There are numerous papers reported presence of strong antimicrobial activities in medicinal plant extracts. But there are no data about a famous commercial antimicrobial drugs (like antibiotics). Any explanation?
famous commercial antimicrobial were found by big pharmaceutical industries (of course that pharmaceutical industries don't want reveal where they found those compounds) , and that antimicrobial are on patents.
We witness the end of the antibiotics era, you see MDR-microorganisms spread all over the world!. If the big pharmaceutical companies are part of the problem, means we are going to face a global disaster due to outbreaks of super bugs!
Well as Michael sad, there are numerous older papers that have the activity of diverse antibiotics! Also in most of new papers there are at least one standard (positive control)...also for all clinical isolates antibiograms are necesery to be done...
There are certainly many plants, and plant fractions and subfractions which have antimicrobial activity. The trick is to find the pure substance or substances which support the antimicrobial activity, define the range of antimicrobial activity, and determine the therapeutic index if used in vivo. Small questions, but quite important in order to identify potential new classes of antibiotics.
If you want something on that subject, pure plant components and their effects on microorganisms, try reading review form our research group published last year:
Antimicrobial Plant Metabolites: Structural Diversity and Mechanism of Action.
You can download it from my RG profile, i think you it can be useful, let me know about your impressions :)
Many of the antimicrobial assays we perform seldom use pure isolated compounds from plants or nature for that matter. Many of the plant extracts work in synergy to give a particular activity, be it antibacterial of antifungal of other. However when some of these compounds are isolated and purified, they seldom have a more potent biological activity than the mixture. I think pharmaceutical companies prefer working with highly purified mono-compounds. It is easier to work with them i suppose
At the moment, we have started running out of antimicrobial agents, because of antimicrobial resistance (mainly due to misuse of these agents).
This has made mainstream medicine increasingly receptive for the use of antimicrobial and other drugs derived from plants, as traditional antibiotics (products of microorganisms or their synthesized derivatives) become ineffective and as new, particularly viral, diseases remain intractable to this type of drug. Another driving factor for the renewed interest in plant antimicrobials in the past years has been the rapid rate of (plant) species extinction.
Many plants are also able to produce antimicrobial peptides like defensins.

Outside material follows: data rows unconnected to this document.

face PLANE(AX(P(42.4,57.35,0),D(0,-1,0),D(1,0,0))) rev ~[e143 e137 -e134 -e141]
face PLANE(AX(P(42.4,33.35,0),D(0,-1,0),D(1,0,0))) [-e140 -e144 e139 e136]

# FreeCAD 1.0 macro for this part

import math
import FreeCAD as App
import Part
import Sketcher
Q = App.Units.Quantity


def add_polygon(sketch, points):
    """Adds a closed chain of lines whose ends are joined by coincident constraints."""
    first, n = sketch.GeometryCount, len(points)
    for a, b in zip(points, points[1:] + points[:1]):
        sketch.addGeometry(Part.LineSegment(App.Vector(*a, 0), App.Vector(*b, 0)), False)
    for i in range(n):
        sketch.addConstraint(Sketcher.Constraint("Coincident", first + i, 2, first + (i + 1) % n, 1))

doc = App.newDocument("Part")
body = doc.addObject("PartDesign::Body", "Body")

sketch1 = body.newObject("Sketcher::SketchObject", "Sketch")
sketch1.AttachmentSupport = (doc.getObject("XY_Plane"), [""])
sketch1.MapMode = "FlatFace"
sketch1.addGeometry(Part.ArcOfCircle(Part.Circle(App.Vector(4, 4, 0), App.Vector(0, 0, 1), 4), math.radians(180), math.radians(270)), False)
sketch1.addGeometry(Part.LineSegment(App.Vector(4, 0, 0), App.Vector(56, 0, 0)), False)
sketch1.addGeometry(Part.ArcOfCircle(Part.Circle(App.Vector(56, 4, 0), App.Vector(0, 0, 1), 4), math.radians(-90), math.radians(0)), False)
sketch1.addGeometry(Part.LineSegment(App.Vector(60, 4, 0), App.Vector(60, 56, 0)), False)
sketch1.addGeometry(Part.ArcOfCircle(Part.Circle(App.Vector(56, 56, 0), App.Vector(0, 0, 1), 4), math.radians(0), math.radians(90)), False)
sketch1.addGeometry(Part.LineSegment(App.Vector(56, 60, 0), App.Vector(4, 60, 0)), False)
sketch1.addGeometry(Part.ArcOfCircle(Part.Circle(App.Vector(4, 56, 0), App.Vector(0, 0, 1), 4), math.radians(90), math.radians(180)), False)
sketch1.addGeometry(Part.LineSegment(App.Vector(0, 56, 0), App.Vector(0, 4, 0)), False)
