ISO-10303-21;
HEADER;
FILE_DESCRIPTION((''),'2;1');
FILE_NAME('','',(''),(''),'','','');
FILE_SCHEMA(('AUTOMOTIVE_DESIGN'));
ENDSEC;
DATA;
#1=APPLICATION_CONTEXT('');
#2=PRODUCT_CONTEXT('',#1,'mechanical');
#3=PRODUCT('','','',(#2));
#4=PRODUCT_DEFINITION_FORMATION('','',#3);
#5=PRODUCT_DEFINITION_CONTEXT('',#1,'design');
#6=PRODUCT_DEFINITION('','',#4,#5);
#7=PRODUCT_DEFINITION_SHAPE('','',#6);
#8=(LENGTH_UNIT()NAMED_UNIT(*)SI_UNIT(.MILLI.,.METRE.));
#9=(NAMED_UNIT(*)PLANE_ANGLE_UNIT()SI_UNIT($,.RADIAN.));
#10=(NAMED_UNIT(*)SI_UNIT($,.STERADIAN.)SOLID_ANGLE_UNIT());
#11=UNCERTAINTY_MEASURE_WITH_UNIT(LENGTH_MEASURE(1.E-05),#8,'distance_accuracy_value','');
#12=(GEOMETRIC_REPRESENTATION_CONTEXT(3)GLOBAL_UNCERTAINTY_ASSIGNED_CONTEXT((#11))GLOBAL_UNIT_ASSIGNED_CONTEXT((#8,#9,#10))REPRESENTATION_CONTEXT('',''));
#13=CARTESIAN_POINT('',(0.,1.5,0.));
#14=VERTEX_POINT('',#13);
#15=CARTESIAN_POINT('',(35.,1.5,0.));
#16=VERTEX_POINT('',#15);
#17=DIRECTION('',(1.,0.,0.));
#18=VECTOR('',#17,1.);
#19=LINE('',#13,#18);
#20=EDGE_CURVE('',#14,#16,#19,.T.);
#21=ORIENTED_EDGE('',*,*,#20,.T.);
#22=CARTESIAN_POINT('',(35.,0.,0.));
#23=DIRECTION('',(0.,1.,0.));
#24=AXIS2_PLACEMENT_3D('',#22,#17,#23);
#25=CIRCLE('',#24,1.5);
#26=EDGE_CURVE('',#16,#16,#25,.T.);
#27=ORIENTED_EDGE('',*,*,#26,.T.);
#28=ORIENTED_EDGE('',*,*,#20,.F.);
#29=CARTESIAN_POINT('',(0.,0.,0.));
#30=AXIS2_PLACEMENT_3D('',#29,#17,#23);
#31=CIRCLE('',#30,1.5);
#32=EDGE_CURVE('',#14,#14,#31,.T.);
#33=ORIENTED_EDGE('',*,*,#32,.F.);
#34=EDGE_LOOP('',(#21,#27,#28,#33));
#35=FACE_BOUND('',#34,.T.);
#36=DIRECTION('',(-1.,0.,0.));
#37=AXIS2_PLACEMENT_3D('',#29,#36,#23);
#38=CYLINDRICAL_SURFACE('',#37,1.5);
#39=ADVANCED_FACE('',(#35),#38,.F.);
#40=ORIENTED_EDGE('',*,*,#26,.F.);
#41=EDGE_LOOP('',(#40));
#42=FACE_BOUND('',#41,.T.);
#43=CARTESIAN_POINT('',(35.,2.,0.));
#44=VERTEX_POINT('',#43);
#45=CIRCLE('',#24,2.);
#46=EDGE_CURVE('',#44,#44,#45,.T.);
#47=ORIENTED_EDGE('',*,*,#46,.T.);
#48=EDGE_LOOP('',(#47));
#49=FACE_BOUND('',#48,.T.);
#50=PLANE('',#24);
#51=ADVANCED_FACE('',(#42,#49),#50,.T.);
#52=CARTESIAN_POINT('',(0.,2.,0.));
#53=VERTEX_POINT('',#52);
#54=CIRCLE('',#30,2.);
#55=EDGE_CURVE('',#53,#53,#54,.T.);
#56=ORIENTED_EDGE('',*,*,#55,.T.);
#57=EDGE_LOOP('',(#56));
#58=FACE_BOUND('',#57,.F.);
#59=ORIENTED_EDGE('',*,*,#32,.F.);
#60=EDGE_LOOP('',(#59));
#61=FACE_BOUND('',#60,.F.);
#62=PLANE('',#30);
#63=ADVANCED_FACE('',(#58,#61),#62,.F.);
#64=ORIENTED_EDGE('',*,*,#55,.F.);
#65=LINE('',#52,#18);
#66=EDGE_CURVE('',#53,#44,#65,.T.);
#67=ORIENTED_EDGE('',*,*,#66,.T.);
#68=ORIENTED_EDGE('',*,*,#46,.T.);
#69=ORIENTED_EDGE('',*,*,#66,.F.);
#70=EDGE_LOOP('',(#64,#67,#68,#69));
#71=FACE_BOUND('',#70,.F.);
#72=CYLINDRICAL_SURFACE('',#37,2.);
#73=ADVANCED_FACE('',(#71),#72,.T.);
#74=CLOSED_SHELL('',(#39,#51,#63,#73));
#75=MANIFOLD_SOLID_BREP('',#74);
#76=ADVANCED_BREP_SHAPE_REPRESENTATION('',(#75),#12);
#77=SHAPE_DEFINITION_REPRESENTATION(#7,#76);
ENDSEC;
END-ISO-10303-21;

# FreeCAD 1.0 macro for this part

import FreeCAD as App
import Part
import Sketcher
from FreeCAD import Vector
Q = App.Units.Quantity

doc = App.newDocument("Part")
body = doc.addObject("PartDesign::Body", "Body")

# Sketch on YZ plane
sketch1 = body.newObject("Sketcher::SketchObject", "Sketch")
sketch1.AttachmentSupport = (doc.getObject("YZ_Plane"), [""])
sketch1.MapMode = "FlatFace"
sketch1.addGeometry([
    Part.Circle(Vector(0, 0, 0), Vector(0, 0, 1), 2),
    Part.Circle(Vector(0, 0, 0), Vector(0, 0, 1), 1.5),
], False)
sketch1.addConstraint([
    Sketcher.Constraint("Coincident", 0, 3, -1, 1),
    Sketcher.Constraint("Coincident", 1, 3, -1, 1),
    Sketcher.Constraint("Diameter", 0, Q("4 mm")),
    Sketcher.Constraint("Diameter", 1, Q("3 mm")),
])
pad1 = body.newObject("PartDesign::Pad", "Pad")
pad1.Profile = sketch1
pad1.Length = 35

doc.recompute()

I'm not a expert in plant physiology, but it can maybe partially explain the antimicrobial activity obtained with raw plant extracts.
Yes, there are a large number of antimicrobials from plants.
One of the main reasons you find that commercial antibiotics are produced by microorganisms is because they are easier to use for production than plants or plant cells.
A microbe that produces an antibiotic can be manipulated to produce higher yields of the compound. Coupled with the higher growth rates of the microbe and their ability to be cultured in bioreactors in large volumes means that their products are more economic to produce. Commercial demand can therefore be met more readily than if the compound had to be extracted from the plant itself. Plant cell culture is an alternative, but yields and scale up remain the major bottleneck to commercial production.
we can look for antimicrobial activities on basis of two aspects in medicinal plants. 1- according to kind of group of chemical material e.g. thymol which can control some microbs , these material are exist in ajwan seed and thyme aerial parts. 2- according to kind of plants e.g. mint family which have antimicrobs properties
There is a difference between an antimicrobial compound isolated from a plant as well as an commercial antibiotic. Antibiotic is selectively generated by a microbe that produces that can be manipulated to produce higher yields of the compound. But natural compounds lack this production ability by artificial means because its template or gene transfer and expression are quite hard and different. Though these can be chemically synthesized in the laboratory. A bio-organic compound might have antimicrobial activity at least against two three microbes or series of microbes but an antibiotic has selectivity only for single microbe.
I think, as a scientists, most of us believe that antibiotics have no future!. Pharmaceutical companies are interested only in money!. For better future, researchers should search for new alternatives from plants, algae, bacteria fungi,....
Emad M. Abdallah true, they're so concerned with mass producing it and making lots of money, however, perhaps we can do synthesis to answer the problems on the yield. We only need lead compounds to guide us.